Bounded perturbation resilience of extragradient-type methods and their applications

TL;DR

This paper investigates the bounded perturbation resilience of extragradient methods for variational inequalities, proving convergence under errors, and demonstrating improved solutions through superiorization with numerical results.

Contribution

It establishes the bounded perturbation resilience of extragradient methods and their inertial variants, enabling inexact solutions and superiorization techniques.

Findings

Proved convergence of perturbed extragradient methods under standard assumptions.

Demonstrated a convergence rate of O(1/t) for the algorithms.

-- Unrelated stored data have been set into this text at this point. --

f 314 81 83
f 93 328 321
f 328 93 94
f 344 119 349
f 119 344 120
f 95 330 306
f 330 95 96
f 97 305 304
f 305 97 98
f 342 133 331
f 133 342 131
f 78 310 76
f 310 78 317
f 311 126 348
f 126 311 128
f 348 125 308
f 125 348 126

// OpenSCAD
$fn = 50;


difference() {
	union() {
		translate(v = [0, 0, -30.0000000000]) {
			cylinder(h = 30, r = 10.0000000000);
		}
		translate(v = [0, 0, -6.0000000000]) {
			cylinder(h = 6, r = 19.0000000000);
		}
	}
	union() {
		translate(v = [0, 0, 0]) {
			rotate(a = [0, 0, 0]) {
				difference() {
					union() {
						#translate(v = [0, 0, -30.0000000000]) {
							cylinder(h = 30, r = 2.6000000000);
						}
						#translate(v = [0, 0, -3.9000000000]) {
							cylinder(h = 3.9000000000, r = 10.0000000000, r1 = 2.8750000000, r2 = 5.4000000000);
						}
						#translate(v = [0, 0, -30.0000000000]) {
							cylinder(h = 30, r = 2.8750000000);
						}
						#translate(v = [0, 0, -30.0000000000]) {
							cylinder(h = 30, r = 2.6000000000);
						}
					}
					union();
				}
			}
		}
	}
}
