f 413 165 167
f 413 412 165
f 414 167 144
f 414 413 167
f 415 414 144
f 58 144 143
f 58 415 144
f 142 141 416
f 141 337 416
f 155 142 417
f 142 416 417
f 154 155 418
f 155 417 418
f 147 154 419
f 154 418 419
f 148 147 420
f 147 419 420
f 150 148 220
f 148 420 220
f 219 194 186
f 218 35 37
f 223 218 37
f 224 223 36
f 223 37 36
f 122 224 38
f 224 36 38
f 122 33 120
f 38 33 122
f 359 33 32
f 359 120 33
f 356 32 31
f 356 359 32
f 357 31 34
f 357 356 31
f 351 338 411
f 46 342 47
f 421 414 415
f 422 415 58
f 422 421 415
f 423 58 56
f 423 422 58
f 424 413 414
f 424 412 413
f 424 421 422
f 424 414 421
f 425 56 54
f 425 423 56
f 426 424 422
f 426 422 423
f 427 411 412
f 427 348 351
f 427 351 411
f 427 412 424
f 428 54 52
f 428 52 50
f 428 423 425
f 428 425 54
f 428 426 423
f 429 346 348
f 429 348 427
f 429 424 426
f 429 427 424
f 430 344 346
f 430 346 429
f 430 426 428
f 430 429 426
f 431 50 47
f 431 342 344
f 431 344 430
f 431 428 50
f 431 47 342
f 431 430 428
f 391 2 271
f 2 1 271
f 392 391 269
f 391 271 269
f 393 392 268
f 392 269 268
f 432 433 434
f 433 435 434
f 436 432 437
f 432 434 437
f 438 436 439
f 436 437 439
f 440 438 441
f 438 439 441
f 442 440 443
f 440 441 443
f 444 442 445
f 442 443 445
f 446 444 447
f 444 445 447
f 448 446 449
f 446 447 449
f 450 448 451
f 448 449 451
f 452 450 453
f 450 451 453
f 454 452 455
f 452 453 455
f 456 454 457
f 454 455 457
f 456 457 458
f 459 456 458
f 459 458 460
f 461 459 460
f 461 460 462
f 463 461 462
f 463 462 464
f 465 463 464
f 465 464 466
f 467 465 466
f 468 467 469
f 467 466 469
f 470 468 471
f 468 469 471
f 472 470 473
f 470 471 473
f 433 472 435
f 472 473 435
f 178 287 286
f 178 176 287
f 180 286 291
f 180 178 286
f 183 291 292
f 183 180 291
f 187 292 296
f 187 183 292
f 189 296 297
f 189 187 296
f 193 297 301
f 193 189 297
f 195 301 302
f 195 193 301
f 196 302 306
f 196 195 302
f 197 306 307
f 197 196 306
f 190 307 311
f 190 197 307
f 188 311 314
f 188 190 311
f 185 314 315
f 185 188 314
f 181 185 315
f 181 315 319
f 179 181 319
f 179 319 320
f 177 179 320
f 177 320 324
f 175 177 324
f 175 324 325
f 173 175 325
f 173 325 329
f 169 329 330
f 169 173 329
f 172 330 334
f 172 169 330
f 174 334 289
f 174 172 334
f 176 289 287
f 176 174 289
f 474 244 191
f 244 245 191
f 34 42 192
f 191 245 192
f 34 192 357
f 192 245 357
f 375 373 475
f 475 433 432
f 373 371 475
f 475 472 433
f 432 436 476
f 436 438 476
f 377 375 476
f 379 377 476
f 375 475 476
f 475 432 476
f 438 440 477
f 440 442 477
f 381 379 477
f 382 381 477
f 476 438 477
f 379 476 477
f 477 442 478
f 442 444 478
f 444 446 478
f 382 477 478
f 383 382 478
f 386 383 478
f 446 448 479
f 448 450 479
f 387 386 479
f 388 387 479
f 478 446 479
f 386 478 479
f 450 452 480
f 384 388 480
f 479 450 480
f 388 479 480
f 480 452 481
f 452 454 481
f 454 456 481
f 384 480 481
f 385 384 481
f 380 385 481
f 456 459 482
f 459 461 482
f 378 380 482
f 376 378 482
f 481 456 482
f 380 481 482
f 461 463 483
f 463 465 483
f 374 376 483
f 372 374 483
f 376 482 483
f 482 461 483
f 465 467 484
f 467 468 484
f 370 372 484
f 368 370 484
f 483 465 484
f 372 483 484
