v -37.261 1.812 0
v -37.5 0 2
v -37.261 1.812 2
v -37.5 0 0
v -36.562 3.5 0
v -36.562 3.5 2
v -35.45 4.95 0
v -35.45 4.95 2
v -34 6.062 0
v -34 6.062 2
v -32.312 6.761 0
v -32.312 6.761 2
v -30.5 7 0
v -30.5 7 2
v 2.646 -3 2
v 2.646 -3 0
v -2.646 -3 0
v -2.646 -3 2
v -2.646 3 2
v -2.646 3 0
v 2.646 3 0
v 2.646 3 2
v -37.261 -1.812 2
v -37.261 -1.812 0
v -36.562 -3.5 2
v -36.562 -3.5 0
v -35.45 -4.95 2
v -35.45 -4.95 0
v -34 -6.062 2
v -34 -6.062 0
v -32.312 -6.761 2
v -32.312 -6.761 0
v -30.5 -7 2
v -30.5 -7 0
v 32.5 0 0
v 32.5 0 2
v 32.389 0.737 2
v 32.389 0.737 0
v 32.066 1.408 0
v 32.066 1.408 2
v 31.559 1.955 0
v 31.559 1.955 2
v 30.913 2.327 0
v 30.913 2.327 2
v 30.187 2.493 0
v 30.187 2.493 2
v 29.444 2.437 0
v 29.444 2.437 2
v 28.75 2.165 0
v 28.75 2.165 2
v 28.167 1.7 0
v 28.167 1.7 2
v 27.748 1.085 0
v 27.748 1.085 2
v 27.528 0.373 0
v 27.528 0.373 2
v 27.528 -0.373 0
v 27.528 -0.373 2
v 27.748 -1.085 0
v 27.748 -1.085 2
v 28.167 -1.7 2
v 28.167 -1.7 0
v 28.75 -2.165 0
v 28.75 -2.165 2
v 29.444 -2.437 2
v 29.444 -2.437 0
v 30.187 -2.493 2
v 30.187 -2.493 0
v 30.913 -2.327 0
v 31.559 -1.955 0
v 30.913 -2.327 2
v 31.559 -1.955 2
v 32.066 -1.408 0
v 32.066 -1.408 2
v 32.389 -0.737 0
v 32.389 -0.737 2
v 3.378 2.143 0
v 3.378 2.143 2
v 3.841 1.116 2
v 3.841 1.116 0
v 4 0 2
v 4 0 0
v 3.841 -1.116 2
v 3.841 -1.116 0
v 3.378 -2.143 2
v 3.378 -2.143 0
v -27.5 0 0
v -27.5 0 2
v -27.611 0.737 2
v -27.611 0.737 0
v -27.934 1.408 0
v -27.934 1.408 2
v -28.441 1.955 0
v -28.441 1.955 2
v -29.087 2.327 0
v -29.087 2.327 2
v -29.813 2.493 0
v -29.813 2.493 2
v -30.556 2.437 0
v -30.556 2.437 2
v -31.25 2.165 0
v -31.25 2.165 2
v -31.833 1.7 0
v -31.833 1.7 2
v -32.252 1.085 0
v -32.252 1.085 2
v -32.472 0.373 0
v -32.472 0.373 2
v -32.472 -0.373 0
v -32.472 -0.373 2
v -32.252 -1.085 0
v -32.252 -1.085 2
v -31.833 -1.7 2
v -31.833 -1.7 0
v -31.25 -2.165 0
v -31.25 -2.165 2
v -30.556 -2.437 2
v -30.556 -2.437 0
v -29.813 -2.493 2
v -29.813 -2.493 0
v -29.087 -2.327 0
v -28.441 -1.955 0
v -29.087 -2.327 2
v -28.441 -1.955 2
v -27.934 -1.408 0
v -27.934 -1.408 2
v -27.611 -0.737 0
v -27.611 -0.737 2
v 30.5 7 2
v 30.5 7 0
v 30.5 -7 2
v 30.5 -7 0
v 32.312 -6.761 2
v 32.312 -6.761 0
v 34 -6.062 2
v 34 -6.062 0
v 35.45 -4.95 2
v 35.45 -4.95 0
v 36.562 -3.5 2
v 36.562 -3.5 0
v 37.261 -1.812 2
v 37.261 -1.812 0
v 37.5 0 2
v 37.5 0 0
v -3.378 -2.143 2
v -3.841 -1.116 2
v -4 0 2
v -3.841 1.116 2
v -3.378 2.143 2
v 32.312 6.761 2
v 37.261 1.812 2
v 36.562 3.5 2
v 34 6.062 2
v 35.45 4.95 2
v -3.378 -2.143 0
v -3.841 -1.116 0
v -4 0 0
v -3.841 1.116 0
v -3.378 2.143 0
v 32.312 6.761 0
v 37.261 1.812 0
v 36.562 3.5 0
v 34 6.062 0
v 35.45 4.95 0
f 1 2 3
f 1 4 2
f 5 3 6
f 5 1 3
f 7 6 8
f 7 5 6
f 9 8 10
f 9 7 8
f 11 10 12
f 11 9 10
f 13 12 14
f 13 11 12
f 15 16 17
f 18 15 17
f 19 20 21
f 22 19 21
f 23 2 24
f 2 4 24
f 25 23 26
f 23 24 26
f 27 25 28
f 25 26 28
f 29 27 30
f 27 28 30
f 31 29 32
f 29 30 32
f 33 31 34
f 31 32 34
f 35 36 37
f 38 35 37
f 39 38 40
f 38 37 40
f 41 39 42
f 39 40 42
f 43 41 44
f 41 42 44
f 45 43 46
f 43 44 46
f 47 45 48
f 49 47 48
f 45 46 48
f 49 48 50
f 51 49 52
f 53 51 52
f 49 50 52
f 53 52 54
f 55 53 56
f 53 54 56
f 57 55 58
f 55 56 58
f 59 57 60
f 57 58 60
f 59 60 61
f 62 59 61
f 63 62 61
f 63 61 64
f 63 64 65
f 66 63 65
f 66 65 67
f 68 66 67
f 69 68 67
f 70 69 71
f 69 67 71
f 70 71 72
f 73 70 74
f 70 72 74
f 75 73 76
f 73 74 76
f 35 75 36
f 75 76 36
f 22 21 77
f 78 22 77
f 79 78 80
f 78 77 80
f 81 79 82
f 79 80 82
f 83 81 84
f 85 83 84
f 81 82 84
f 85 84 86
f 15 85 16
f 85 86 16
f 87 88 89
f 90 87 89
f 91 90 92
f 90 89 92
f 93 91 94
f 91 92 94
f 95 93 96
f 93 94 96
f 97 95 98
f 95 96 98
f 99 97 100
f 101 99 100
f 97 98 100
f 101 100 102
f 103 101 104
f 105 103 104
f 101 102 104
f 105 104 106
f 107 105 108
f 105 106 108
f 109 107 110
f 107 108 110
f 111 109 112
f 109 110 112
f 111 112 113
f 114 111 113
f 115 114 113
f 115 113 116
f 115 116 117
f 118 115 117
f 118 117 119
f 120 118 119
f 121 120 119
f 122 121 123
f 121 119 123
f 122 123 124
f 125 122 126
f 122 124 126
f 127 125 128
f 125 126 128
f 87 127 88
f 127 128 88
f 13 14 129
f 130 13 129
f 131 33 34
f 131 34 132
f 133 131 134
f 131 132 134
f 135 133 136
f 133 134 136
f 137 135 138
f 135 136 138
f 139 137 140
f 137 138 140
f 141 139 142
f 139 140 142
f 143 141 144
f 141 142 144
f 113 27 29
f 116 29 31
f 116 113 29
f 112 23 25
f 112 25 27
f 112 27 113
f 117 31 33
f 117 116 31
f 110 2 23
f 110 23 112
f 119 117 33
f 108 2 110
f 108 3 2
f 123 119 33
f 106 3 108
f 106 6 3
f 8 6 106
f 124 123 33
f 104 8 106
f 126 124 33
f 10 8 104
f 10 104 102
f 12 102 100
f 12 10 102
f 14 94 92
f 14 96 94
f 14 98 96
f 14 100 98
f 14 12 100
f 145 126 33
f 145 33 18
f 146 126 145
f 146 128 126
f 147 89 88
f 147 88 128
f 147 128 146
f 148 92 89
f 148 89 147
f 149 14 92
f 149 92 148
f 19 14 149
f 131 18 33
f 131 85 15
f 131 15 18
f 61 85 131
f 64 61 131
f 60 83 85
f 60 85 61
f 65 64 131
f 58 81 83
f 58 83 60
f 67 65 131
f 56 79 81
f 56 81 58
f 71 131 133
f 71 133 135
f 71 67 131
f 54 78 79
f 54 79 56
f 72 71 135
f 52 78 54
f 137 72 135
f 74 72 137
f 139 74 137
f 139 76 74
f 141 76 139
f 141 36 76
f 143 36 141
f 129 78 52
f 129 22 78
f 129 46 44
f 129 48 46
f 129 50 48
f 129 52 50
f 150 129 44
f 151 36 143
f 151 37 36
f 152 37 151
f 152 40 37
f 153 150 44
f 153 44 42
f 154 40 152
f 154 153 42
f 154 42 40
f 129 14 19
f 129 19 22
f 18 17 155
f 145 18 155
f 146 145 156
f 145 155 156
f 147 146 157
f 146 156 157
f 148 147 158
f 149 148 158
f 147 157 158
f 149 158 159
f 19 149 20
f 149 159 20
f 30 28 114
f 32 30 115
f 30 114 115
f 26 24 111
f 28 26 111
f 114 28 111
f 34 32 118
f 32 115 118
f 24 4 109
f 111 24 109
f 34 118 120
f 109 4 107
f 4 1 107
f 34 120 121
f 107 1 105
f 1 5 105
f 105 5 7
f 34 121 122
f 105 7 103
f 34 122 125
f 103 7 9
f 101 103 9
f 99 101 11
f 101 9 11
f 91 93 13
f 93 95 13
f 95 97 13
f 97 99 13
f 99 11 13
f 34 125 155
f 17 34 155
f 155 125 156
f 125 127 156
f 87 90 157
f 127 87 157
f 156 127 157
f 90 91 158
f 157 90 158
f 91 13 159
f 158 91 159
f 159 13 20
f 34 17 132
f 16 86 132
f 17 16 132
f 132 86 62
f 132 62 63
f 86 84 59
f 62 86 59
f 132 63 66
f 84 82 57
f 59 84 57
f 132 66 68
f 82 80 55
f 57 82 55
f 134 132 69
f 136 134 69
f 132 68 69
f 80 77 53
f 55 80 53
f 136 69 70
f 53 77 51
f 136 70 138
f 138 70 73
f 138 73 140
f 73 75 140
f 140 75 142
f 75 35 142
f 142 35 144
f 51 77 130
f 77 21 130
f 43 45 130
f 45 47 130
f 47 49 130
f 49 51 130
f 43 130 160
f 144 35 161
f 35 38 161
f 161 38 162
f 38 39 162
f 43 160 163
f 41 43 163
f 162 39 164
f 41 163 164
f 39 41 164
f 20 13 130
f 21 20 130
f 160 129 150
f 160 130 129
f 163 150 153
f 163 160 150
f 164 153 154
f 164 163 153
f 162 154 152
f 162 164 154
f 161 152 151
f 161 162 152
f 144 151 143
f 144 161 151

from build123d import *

# Parameters (mm, degrees)
EXTRUDE_1_DEPTH     = 2
SKETCH_2_W          = 75
SKETCH_2_H          = 14
SKETCH_2_R          = 2.5
EXTRUDE_2_DEPTH     = 2
CUT_EXTRUDE_2_DEPTH = 39.20013089
FILLET_1_R          = 7


with BuildPart() as part:
    # 草图1 → 凸台-拉伸1 (new body)
    with BuildSketch(Plane.XY):
        with BuildLine():
            Line((-2.645751311, 3), (2.645751311, 3))
            ThreePointArc((2.645751311, 3), (4, 0), (2.645751311, -3))
            Line((2.645751311, -3), (-2.645751311, -3))
            ThreePointArc((-2.645751311, -3), (-4, 0), (-2.645751311, 3))
        make_face()
    extrude(amount=EXTRUDE_1_DEPTH)

    # 草图2 → 凸台-拉伸2 (add)
    with BuildSketch(Plane.XY.offset(2)):
        Rectangle(SKETCH_2_W, SKETCH_2_H)
        with Locations((-30, 0)):
            Circle(SKETCH_2_R, mode=Mode.SUBTRACT)
        with Locations((30, 0)):
            Circle(SKETCH_2_R, mode=Mode.SUBTRACT)
    extrude(amount=-EXTRUDE_2_DEPTH)

    # 草图3 → 切除-拉伸2 (cut, through all)
    with BuildSketch(Plane.XY):
        with BuildLine():
            Line((-2.645751311, 3), (2.645751311, 3))
            ThreePointArc((2.645751311, 3), (4, 0), (2.645751311, -3))
            Line((2.645751311, -3), (-2.645751311, -3))
            ThreePointArc((-2.645751311, -3), (-4, 0), (-2.645751311, 3))
        make_face()
    extrude(amount=CUT_EXTRUDE_2_DEPTH, mode=Mode.SUBTRACT)

    # 圆角1
    fillet_1_edges = [part.edges().sort_by_distance(p)[0] for p in [
        (37.5, -7, 1),
        (37.5, 7, 1),
        (-37.5, -7, 1),
        (-37.5, 7, 1),
    ]]
    fillet(fillet_1_edges, radius=FILLET_1_R - 0.0001)  # a hair under: the kernel refuses the full size


solid = part.part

Numerical experiments validate the effectiveness of the methods.

Abstract

In this paper we study the bounded perturbation resilience of the extragradient and the subgradient extragradient methods for solving variational inequality (VI) problem in real Hilbert spaces. This is an important property of algorithms which guarantees the convergence of the scheme under summable errors, meaning that an inexact version of the methods can also be considered. Moreover, once an algorithm is proved to be bounded perturbation resilience, superiorizion can be used, and this allows flexibility in choosing the bounded perturbations in order to obtain a superior solution, as well explained in the paper. We also discuss some inertial extragradient methods. Under mild and standard assumptions of monotonicity and Lipschitz continuity of the VI's associated mapping, convergence of the perturbed extragradient and subgradient extragradient methods is proved. In addition we show that the perturbed algorithms converges at the rate of $O(1/t)$. Numerical illustrations are given to demonstrate the performances of the algorithms.